第2話 神レグルスと選択



「いいわね、その中でしばらく大人しくしていなさい。死んだ母さんがここなら絶対に見つからないって言ってたから」


 女の人は必至の形相で僕を隠し穴に押し込むと、背板で塞ぐ瞬間不安が色濃くにじむ笑みを僕へ浮かべてみせた。

 

 平和な家庭に突如押し入った僕を守ろうとした彼女の不可解な行動は、僕の頭になぜという言葉を埋め尽くすのには十分だった。

 

 ただ、暗闇の中から見た弱弱しくも強い意志を持った彼女の微笑みは、遠い昔に僕を抱きしめて見せた母の笑顔を、思い出させてくれそうなそんな気がした。


……………。


…………。


………。


……。


…。


 無理だった…。

 美ヤギを抱きしめて高笑いしてる母の笑顔強キャラすぎだった…。

 衝撃のトレードから10年ぐらいたったけどお金持ちになることは出来たかなマイマザー…。


|||||


 夢見心地の中、ゴポゴポと遠くの方から泡が弾けるような音が近づいてきた。それは次第に大きさを増し顔まで撫でてくるようになると、嫌々ながらも僕にまぶたを開かせた。

 

 視界に広がったのは水底から吹き出る大量の泡と水。

 未だはっきりしない意識だったが、身体が命の危険を感じ無意識に水底に手を押し当て、鉛のように重い身体を無理矢理起こす。

 

 深い水中ならほとんど意味をなさない行動だろう。しかし僕がいた場所は肘ぐらいしか深さがない浅瀬だったようで、そのまま上半身を水面の上に出すことに成功した。

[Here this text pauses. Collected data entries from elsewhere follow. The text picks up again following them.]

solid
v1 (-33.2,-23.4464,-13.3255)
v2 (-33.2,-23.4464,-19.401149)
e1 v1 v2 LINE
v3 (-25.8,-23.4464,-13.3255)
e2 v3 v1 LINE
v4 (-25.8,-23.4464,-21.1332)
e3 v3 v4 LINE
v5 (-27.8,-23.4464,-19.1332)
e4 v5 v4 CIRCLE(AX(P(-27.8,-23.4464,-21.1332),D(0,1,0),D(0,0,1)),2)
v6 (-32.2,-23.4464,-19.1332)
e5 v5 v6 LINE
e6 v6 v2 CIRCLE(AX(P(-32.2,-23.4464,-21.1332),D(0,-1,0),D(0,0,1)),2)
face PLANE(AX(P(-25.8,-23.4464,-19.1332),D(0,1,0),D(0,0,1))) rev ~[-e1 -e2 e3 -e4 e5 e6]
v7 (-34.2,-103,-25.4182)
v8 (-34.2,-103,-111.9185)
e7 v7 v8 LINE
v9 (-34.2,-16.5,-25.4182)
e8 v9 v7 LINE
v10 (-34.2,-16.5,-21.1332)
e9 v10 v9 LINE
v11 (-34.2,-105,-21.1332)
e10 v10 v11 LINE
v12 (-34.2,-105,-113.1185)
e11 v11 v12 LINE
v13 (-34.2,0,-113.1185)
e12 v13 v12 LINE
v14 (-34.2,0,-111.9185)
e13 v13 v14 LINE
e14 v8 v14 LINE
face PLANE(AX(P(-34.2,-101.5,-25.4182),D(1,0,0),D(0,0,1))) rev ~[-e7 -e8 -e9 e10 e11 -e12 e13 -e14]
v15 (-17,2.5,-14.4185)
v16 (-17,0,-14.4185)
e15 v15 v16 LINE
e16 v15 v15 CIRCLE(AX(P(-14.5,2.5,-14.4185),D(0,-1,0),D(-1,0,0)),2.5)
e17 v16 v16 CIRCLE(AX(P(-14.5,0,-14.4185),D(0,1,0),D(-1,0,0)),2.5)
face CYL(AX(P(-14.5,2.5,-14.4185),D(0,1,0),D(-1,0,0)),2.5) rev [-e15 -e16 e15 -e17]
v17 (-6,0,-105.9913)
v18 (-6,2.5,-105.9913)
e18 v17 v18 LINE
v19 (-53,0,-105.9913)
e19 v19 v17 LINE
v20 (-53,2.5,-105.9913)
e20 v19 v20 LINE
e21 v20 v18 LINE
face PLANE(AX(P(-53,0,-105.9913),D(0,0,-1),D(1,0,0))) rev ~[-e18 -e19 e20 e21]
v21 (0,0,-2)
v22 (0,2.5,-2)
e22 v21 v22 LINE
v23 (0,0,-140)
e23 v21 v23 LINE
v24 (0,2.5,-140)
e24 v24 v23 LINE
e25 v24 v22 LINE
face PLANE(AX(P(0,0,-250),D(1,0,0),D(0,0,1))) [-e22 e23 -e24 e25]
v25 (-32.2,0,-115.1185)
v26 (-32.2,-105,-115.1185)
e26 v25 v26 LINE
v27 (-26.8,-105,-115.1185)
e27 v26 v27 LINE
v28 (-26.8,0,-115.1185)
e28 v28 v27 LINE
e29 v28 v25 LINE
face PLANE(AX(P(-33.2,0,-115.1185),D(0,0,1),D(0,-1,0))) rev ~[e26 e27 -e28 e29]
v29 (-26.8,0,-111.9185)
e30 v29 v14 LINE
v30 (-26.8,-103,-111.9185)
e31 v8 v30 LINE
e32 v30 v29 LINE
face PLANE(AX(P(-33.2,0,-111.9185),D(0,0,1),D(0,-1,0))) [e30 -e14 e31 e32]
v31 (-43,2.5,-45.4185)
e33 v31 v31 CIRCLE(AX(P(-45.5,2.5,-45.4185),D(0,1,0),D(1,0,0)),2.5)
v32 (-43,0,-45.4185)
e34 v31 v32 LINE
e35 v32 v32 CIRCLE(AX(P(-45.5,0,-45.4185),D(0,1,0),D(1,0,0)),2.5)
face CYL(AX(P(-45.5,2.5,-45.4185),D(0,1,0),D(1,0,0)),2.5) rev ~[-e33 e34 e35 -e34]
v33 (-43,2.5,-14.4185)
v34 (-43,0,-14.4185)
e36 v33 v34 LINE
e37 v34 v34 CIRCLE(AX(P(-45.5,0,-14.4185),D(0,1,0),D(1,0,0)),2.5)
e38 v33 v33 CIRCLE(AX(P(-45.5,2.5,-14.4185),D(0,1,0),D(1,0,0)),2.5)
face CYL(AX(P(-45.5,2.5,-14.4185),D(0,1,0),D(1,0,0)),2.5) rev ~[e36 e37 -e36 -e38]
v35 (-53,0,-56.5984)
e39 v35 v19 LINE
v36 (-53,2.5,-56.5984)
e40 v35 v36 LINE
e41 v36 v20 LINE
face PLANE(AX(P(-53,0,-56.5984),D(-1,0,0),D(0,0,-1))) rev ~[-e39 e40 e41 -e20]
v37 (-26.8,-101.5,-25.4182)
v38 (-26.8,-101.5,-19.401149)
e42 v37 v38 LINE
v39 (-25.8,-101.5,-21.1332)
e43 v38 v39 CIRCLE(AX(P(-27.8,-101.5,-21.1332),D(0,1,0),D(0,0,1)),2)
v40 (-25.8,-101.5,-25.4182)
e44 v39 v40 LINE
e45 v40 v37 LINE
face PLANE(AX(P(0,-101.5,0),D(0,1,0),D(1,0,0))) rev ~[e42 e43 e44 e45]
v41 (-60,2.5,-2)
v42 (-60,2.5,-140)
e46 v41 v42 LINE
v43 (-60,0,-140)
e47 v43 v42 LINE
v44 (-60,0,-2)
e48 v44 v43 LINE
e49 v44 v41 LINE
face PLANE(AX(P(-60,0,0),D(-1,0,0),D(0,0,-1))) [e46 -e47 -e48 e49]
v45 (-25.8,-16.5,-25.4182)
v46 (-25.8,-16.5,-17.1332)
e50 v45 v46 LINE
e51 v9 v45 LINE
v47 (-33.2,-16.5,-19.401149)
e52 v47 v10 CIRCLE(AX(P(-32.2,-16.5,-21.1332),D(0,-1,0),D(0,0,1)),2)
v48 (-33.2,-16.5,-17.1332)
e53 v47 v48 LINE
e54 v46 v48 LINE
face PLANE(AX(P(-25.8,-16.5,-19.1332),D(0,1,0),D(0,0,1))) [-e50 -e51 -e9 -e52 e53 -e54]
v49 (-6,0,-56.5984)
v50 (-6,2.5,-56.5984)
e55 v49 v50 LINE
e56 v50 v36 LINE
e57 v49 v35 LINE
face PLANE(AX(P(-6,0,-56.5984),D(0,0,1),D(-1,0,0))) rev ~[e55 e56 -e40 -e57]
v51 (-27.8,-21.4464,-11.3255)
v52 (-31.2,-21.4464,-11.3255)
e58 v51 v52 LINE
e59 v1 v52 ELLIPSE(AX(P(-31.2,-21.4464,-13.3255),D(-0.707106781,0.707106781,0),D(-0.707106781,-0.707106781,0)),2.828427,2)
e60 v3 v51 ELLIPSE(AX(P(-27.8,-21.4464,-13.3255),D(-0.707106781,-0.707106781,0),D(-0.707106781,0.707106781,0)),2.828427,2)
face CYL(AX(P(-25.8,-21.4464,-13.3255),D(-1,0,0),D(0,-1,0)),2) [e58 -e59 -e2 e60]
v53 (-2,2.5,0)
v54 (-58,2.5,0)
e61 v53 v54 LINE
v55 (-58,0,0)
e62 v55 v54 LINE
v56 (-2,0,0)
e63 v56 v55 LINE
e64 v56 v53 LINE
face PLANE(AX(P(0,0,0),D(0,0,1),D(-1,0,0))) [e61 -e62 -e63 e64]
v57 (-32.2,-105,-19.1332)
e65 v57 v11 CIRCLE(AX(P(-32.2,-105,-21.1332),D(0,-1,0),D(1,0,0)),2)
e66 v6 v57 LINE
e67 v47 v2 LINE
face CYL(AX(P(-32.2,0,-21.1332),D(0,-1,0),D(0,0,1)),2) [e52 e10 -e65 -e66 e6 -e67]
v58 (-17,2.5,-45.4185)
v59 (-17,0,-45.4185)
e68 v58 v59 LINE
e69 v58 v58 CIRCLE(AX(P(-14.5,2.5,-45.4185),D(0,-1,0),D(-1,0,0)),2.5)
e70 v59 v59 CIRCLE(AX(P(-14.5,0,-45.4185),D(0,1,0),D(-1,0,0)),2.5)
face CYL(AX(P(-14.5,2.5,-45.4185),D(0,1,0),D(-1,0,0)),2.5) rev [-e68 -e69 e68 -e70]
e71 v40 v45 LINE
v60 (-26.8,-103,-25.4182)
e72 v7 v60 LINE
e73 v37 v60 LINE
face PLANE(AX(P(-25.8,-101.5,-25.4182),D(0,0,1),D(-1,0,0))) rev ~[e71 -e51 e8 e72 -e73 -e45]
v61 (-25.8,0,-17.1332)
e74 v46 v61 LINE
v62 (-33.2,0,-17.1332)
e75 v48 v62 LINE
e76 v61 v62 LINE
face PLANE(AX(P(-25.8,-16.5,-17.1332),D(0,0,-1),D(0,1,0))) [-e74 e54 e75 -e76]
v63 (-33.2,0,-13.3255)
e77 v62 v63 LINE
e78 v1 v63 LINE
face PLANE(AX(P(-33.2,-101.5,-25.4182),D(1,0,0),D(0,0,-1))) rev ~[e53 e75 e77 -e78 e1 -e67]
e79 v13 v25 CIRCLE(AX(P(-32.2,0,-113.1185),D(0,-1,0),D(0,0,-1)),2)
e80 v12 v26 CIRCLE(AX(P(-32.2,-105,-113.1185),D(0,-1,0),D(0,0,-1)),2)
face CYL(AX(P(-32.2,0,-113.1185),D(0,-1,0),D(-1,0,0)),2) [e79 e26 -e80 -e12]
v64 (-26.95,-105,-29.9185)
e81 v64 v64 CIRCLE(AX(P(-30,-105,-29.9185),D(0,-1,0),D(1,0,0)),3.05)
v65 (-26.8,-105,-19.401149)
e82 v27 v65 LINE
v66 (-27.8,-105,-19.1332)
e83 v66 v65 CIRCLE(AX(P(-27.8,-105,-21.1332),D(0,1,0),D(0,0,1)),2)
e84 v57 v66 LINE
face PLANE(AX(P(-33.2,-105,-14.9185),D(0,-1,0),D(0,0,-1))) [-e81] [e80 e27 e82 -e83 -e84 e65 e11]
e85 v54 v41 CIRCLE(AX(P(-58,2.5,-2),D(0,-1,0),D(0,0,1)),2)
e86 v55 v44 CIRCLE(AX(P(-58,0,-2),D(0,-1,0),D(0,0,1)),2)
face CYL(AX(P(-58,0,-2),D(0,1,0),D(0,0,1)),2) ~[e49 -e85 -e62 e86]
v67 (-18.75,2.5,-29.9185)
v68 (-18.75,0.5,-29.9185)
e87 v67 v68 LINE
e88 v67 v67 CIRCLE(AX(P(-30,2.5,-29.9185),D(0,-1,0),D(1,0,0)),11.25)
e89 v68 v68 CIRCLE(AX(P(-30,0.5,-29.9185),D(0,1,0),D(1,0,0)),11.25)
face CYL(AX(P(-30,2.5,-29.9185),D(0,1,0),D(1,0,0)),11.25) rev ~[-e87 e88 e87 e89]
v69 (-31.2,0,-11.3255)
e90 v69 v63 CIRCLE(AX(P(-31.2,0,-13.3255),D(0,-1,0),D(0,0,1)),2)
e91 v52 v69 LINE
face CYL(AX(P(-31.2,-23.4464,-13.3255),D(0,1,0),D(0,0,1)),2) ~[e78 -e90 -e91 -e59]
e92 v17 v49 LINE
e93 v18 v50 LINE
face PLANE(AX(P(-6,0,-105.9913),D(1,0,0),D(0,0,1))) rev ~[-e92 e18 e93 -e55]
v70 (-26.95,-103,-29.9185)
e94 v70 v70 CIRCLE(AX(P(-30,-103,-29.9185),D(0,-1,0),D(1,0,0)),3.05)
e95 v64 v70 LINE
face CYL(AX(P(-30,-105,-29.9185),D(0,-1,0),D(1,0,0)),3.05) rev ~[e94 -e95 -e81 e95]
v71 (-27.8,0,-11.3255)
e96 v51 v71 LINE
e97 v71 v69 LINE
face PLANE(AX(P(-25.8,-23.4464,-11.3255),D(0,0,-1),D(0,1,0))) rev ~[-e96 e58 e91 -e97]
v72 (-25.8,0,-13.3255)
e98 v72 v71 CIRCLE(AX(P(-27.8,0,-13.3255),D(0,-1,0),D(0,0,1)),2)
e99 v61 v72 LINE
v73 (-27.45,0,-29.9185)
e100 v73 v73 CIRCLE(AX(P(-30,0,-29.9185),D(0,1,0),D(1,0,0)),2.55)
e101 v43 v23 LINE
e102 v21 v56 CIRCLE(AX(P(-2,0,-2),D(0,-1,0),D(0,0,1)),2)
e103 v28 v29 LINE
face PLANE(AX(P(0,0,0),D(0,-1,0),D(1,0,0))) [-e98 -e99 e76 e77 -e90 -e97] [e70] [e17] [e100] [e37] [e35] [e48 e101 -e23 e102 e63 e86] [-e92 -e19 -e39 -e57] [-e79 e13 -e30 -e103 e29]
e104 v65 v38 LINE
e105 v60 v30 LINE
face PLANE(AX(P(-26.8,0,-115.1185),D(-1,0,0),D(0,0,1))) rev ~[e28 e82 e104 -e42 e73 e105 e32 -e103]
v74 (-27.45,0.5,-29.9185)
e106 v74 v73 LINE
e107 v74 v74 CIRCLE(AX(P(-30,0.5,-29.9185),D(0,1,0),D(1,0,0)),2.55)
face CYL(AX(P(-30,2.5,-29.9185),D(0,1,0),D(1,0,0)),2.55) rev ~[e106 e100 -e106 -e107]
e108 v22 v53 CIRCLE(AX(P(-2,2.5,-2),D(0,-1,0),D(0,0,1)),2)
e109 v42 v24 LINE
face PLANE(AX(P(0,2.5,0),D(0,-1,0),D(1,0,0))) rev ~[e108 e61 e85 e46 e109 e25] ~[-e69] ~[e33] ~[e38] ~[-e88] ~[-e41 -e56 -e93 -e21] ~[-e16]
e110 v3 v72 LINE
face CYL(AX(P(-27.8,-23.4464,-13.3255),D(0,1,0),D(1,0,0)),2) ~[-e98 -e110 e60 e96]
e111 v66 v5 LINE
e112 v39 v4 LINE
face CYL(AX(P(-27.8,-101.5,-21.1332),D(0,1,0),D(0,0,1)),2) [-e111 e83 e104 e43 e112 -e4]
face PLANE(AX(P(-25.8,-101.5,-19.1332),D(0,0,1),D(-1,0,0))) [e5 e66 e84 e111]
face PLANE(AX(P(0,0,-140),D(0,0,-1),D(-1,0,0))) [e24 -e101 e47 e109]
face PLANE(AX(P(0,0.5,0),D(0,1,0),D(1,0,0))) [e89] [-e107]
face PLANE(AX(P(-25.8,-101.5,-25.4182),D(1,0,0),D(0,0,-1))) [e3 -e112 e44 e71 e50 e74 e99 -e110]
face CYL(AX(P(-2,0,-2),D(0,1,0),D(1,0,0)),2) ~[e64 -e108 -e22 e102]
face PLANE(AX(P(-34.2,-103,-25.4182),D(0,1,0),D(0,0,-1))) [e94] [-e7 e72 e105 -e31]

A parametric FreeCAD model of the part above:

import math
import FreeCAD as App
import Part
import Sketcher

V = App.Vector
Q = App.Units.Quantity


def edges_at(feature, points):
    """Names of the edges that pass closest to the given points."""
    edges = feature.Shape.Edges
    near = lambda p: min(range(len(edges)), key=lambda i: edges[i].distToShape(Part.Vertex(*p))[0])
    return sorted({f"Edge{near(p) + 1}" for p in points})

doc = App.newDocument("Part")
body = doc.addObject("PartDesign::Body", "Body")

# Sketch on XZ plane
sketch1 = body.newObject("Sketcher::SketchObject", "Sketch")
sketch1.AttachmentSupport = (doc.getObject("XZ_Plane"), [""])
sketch1.MapMode = "FlatFace"
sketch1.addGeometry([
    Part.LineSegment(V(-60, 0, 0), V(0, 0, 0)),
    Part.LineSegment(V(0, 0, 0), V(0, -140, 0)),
    Part.LineSegment(V(0, -140, 0), V(-60, -140, 0)),
    Part.LineSegment(V(-60, -140, 0), V(-60, 0, 0)),
], False)
sketch1.addConstraint([
    Sketcher.Constraint("Coincident", 0, 2, 1, 1),
    Sketcher.Constraint("Coincident", 1, 2, 2, 1),
    Sketcher.Constraint("Coincident", 2, 2, 3, 1),
    Sketcher.Constraint("Coincident", 3, 2, 0, 1),
    Sketcher.Constraint("Horizontal", 0),
    Sketcher.Constraint("Vertical", 1),
    Sketcher.Constraint("Horizontal", 2),
    Sketcher.Constraint("Vertical", 3),
    Sketcher.Constraint("Coincident", 0, 2, -1, 1),
    Sketcher.Constraint("DistanceX", 0, 1, 0, 2, Q("60 mm")),
    Sketcher.Constraint("DistanceY", 1, 2, 1, 1, Q("140 mm")),
])
pad1 = body.newObject("PartDesign::Pad", "Pad")
pad1.Profile = sketch1
pad1.Length = 2.5
pad1.Reversed = True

 辺りは明るいから昼間であることぐらいしかわからない酷い濃霧に包まれ、僕から吐き出される荒れた呼吸音しか聞こえない程そこは静かな場所だった。


 間違いなく言える事はここは僕が人生で訪れたことがない場所だ。


「どこだここ…」

「やぁ、お目覚めだね」


 背後からの突然の呼びかけに、反射に近いレベルで銃口をその方向に向けた。

 銃身の先にいたのは長い白銀の髪をアップした20代後半ぐらいの男だった。

 その男は黒と赤と白で構成されたストラを肩にかけ、4つの太陽が背板に刻まれた巨大な黒い木製の椅子に座り、僕に向け笑みを浮かべていた。


 初めて見る人種だ。

 目に見える武装も仲間も見当たらない。

 ストラを着けているから見た目通り司祭か何かにも見える。


「あなたは?」

「あぁ僕かい?僕のことはレグルスとでも呼んでくれていいよラーズ君。みんなもそう呼ぶからね」


 レグルスと名乗った男のなんてことのない自己紹介に、僕はため息が出そうになる。

 名前を把握されている。たまたま居合わせたわけじゃないようだ。

 丸腰に見えるこの人が、子供とはいえ銃口を付きけている僕を前に落ち着いているのも気がかりだ。敵意がないのか、もしくは僕が既に彼の用意した型にハマっているのか。恐らく後者だろう。


 状況はあまりよくはない、頭もまだハッキリとしない。


 直ぐにでも会話を打ち切りこの場から離れたかったが、辺りにこの人以外水しかない状況では選択肢が他になかった。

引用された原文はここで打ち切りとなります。